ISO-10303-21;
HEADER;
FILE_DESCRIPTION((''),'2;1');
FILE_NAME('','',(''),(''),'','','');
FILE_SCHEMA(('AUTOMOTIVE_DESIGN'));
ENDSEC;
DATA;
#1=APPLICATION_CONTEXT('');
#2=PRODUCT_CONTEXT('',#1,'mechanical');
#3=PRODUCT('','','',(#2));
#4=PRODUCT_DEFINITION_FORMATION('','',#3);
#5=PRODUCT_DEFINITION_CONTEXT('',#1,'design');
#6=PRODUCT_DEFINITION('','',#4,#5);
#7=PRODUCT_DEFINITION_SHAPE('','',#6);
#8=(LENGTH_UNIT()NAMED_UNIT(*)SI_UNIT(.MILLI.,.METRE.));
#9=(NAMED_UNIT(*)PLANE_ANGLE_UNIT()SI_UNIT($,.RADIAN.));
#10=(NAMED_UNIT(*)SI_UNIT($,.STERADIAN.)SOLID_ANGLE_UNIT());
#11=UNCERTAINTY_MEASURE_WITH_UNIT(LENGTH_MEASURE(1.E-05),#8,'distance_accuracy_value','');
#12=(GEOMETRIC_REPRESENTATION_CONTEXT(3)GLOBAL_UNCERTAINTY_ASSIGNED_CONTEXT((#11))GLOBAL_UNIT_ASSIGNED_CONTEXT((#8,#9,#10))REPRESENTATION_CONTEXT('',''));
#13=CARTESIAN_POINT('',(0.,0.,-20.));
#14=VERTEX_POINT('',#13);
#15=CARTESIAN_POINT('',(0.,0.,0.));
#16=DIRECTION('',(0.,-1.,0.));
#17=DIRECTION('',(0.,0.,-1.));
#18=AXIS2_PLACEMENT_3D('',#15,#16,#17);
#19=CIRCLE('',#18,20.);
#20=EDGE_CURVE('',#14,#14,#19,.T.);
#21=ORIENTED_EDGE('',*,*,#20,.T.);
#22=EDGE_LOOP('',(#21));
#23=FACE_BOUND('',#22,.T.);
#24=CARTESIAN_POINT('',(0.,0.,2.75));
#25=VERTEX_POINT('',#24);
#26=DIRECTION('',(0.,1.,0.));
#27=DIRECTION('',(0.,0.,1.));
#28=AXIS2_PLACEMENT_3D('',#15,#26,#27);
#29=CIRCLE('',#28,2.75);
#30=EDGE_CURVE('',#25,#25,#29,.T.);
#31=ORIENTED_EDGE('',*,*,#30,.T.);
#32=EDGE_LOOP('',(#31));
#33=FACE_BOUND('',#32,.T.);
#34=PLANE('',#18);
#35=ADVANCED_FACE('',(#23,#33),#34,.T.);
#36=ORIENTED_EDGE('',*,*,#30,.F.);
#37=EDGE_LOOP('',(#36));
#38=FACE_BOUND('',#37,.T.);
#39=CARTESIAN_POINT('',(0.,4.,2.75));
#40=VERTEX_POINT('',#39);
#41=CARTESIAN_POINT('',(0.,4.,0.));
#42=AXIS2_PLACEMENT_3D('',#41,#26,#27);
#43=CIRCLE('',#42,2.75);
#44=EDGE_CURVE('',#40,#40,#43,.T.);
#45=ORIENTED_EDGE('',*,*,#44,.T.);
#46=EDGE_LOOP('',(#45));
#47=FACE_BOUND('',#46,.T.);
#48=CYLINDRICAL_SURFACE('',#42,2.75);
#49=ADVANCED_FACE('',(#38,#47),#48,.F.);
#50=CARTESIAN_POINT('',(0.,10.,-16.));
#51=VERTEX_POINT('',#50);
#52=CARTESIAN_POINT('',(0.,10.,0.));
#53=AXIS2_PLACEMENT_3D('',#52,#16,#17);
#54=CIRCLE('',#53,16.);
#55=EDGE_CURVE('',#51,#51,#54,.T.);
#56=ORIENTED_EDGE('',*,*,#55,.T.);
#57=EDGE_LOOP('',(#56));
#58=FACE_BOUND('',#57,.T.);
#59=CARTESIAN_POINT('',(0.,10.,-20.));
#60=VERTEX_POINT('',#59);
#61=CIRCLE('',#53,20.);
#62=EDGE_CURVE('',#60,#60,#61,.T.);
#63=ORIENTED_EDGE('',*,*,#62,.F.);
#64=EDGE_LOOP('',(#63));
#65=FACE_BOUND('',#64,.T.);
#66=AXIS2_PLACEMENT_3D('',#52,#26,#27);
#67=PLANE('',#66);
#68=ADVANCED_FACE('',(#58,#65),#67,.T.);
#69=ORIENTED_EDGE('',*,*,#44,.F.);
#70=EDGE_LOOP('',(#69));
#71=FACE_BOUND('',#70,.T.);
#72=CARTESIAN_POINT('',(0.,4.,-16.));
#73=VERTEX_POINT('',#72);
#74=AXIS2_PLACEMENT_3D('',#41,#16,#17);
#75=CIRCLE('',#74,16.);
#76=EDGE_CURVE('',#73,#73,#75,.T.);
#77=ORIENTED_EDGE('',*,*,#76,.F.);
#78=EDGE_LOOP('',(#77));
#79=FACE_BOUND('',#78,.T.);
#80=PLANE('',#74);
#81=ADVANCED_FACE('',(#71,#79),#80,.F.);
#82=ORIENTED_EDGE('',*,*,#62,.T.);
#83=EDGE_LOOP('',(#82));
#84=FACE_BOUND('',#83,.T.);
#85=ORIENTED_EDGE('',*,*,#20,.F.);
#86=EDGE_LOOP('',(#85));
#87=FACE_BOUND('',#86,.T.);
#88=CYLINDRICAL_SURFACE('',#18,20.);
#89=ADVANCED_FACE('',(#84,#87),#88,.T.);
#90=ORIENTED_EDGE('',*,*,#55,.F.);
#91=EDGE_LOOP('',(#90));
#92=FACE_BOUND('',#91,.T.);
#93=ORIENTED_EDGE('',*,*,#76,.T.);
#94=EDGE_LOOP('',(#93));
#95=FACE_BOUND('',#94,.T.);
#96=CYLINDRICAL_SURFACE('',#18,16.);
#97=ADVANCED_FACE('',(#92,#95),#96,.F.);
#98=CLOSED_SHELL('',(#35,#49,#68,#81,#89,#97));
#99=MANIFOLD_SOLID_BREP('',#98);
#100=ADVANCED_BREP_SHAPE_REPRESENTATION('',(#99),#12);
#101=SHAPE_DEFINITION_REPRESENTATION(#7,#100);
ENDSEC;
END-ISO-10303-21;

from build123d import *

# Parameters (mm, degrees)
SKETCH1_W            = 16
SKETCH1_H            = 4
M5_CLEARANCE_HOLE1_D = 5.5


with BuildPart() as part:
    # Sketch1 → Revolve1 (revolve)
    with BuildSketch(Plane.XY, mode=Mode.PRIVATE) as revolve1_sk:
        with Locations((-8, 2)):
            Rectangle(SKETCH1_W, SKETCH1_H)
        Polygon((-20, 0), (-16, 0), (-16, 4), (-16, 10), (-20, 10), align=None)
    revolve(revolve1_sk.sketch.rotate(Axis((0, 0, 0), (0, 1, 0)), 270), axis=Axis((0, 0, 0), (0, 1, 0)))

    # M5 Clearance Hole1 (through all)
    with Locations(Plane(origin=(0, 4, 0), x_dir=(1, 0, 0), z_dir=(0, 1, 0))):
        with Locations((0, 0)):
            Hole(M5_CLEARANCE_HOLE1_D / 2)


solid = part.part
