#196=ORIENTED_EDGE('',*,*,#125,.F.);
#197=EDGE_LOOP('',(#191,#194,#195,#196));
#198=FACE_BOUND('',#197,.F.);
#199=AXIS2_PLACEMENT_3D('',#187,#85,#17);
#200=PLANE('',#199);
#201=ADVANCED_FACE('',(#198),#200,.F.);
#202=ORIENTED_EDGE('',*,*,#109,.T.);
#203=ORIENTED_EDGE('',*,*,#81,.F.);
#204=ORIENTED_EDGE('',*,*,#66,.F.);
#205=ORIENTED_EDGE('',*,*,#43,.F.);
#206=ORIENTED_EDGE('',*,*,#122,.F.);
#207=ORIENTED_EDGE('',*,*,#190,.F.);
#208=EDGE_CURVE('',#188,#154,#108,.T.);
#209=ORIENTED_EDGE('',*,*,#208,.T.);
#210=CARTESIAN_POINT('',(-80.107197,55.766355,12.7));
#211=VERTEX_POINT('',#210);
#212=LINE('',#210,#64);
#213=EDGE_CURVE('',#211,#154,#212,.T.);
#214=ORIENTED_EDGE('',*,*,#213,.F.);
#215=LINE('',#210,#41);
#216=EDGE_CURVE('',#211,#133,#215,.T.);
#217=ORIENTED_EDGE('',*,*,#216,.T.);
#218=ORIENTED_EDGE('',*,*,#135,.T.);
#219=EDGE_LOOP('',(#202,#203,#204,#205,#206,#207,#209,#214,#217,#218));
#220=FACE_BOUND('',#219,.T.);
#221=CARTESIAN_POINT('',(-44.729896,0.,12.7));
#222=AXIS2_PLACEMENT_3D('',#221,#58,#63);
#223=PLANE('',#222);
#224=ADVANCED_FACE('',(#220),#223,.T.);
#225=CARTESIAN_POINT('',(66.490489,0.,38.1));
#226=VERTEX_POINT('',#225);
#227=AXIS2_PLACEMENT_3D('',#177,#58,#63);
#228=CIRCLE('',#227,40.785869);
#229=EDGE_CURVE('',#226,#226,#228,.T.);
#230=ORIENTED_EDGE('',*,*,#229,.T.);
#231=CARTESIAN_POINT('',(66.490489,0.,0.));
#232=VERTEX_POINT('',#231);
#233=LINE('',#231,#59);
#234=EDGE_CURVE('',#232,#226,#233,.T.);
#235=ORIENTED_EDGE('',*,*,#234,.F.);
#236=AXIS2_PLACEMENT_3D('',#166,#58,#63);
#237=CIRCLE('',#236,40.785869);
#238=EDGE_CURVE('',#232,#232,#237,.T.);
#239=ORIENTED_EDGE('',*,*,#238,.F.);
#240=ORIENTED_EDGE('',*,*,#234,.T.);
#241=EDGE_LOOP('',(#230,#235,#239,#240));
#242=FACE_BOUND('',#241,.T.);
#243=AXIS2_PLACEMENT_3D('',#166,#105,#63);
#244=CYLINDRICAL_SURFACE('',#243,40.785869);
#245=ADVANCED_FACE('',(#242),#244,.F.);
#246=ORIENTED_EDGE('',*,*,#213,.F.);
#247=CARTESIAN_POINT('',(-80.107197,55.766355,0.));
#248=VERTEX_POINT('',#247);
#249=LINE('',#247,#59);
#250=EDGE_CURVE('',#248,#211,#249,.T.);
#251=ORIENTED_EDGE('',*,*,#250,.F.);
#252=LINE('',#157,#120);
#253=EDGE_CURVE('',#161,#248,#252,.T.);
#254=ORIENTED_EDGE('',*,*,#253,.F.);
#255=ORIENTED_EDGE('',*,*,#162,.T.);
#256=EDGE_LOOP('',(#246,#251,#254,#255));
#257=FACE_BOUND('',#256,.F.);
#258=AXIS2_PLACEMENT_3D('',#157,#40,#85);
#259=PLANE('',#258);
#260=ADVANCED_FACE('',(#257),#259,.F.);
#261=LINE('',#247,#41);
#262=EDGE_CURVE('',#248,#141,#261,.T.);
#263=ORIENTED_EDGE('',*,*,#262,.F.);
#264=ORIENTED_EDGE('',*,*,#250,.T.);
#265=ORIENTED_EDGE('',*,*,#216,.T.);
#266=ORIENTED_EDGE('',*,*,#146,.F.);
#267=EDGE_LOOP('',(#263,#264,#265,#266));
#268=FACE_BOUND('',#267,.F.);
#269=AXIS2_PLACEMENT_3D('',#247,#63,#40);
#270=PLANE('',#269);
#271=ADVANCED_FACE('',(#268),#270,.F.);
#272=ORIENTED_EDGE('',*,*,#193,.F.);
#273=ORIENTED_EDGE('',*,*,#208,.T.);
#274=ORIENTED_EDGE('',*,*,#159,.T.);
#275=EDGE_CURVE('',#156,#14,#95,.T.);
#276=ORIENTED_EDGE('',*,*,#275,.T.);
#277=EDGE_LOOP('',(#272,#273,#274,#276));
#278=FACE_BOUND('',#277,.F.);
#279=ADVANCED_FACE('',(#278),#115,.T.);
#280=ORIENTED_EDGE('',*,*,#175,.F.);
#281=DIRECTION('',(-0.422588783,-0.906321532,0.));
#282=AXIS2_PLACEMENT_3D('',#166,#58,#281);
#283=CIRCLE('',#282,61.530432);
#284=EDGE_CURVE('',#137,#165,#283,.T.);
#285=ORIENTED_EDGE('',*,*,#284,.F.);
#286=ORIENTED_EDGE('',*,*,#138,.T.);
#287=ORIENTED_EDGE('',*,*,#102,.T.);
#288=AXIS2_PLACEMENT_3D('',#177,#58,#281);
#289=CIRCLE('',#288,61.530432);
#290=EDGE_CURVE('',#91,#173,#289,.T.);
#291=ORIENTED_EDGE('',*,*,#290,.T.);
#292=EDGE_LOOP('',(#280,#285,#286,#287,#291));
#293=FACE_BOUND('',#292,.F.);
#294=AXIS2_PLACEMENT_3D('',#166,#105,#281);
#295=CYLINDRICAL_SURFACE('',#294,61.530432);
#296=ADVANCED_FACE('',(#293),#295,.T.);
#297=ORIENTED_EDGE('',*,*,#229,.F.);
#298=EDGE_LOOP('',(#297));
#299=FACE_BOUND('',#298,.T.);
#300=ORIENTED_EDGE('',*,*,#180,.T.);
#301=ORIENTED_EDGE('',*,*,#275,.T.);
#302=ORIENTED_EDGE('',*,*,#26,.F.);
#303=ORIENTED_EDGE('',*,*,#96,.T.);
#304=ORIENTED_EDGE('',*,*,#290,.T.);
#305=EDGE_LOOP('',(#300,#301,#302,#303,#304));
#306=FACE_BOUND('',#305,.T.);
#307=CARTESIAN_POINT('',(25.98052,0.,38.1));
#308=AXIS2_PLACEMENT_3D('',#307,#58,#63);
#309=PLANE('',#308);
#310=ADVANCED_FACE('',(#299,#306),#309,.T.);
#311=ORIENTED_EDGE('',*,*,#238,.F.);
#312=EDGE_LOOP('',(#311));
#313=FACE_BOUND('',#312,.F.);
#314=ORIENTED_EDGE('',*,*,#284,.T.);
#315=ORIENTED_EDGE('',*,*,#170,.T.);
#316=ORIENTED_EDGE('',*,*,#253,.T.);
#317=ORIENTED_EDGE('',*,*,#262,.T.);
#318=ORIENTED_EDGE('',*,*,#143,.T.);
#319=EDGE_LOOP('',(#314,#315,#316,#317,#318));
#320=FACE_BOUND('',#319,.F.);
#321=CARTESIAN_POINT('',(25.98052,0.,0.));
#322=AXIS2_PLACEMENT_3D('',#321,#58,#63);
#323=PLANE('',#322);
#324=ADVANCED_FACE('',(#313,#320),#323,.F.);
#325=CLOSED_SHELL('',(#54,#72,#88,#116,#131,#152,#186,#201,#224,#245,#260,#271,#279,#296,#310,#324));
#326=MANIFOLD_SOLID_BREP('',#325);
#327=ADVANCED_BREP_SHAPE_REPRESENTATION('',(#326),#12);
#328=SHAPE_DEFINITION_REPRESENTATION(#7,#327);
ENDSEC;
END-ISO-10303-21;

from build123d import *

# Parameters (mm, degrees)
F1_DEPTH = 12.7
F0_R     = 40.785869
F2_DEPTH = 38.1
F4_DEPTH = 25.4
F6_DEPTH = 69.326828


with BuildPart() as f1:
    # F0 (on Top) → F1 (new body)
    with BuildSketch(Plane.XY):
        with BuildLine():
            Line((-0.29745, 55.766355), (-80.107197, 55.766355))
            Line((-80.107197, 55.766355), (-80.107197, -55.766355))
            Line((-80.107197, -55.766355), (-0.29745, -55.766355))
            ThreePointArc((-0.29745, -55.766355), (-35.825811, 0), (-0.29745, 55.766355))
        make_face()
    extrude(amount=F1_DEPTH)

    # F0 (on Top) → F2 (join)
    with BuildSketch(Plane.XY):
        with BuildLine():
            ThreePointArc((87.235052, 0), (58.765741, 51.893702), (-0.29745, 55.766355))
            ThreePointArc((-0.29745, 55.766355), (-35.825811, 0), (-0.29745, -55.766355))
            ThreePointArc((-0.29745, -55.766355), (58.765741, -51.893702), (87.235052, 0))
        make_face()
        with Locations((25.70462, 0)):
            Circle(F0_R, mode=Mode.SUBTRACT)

____________

§ **Your instructions**: Retype exactly the line with "F4_DEPTH = 25.4" and each line after it until the records end, and include no other line.

§ **Problem solution**:
F4_DEPTH = 25.4
F6_DEPTH = 69.326828


with BuildPart() as f1:
    # F0 (on Top) → F1 (new body)
    with BuildSketch(Plane.XY):
        with BuildLine():
            Line((-0.29745, 55.766355), (-80.107197, 55.766355))
            Line((-80.107197, 55.766355), (-80.107197, -55.766355))
            Line((-80.107197, -55.766355), (-0.29745, -55.766355))
            ThreePointArc((-0.29745, -55.766355), (-35.825811, 0), (-0.29745, 55.766355))
        make_face()
    extrude(amount=F1_DEPTH)

    # F0 (on Top) → F2 (join)
    with BuildSketch(Plane.XY):
        with BuildLine():
            ThreePointArc((87.235052, 0), (58.765741, 51.893702), (-0.29745, 55.766355))
            ThreePointArc((-0.29745, 55.766355), (-35.825811, 0), (-0.29745, -55.766355))
            ThreePointArc((-0.29745, -55.766355), (58.765741, -51.893702), (87.235052, 0))
        make_face()
        with Locations((25.70462, 0)):
            Circle(F0_R, mode=Mode.SUBTRACT)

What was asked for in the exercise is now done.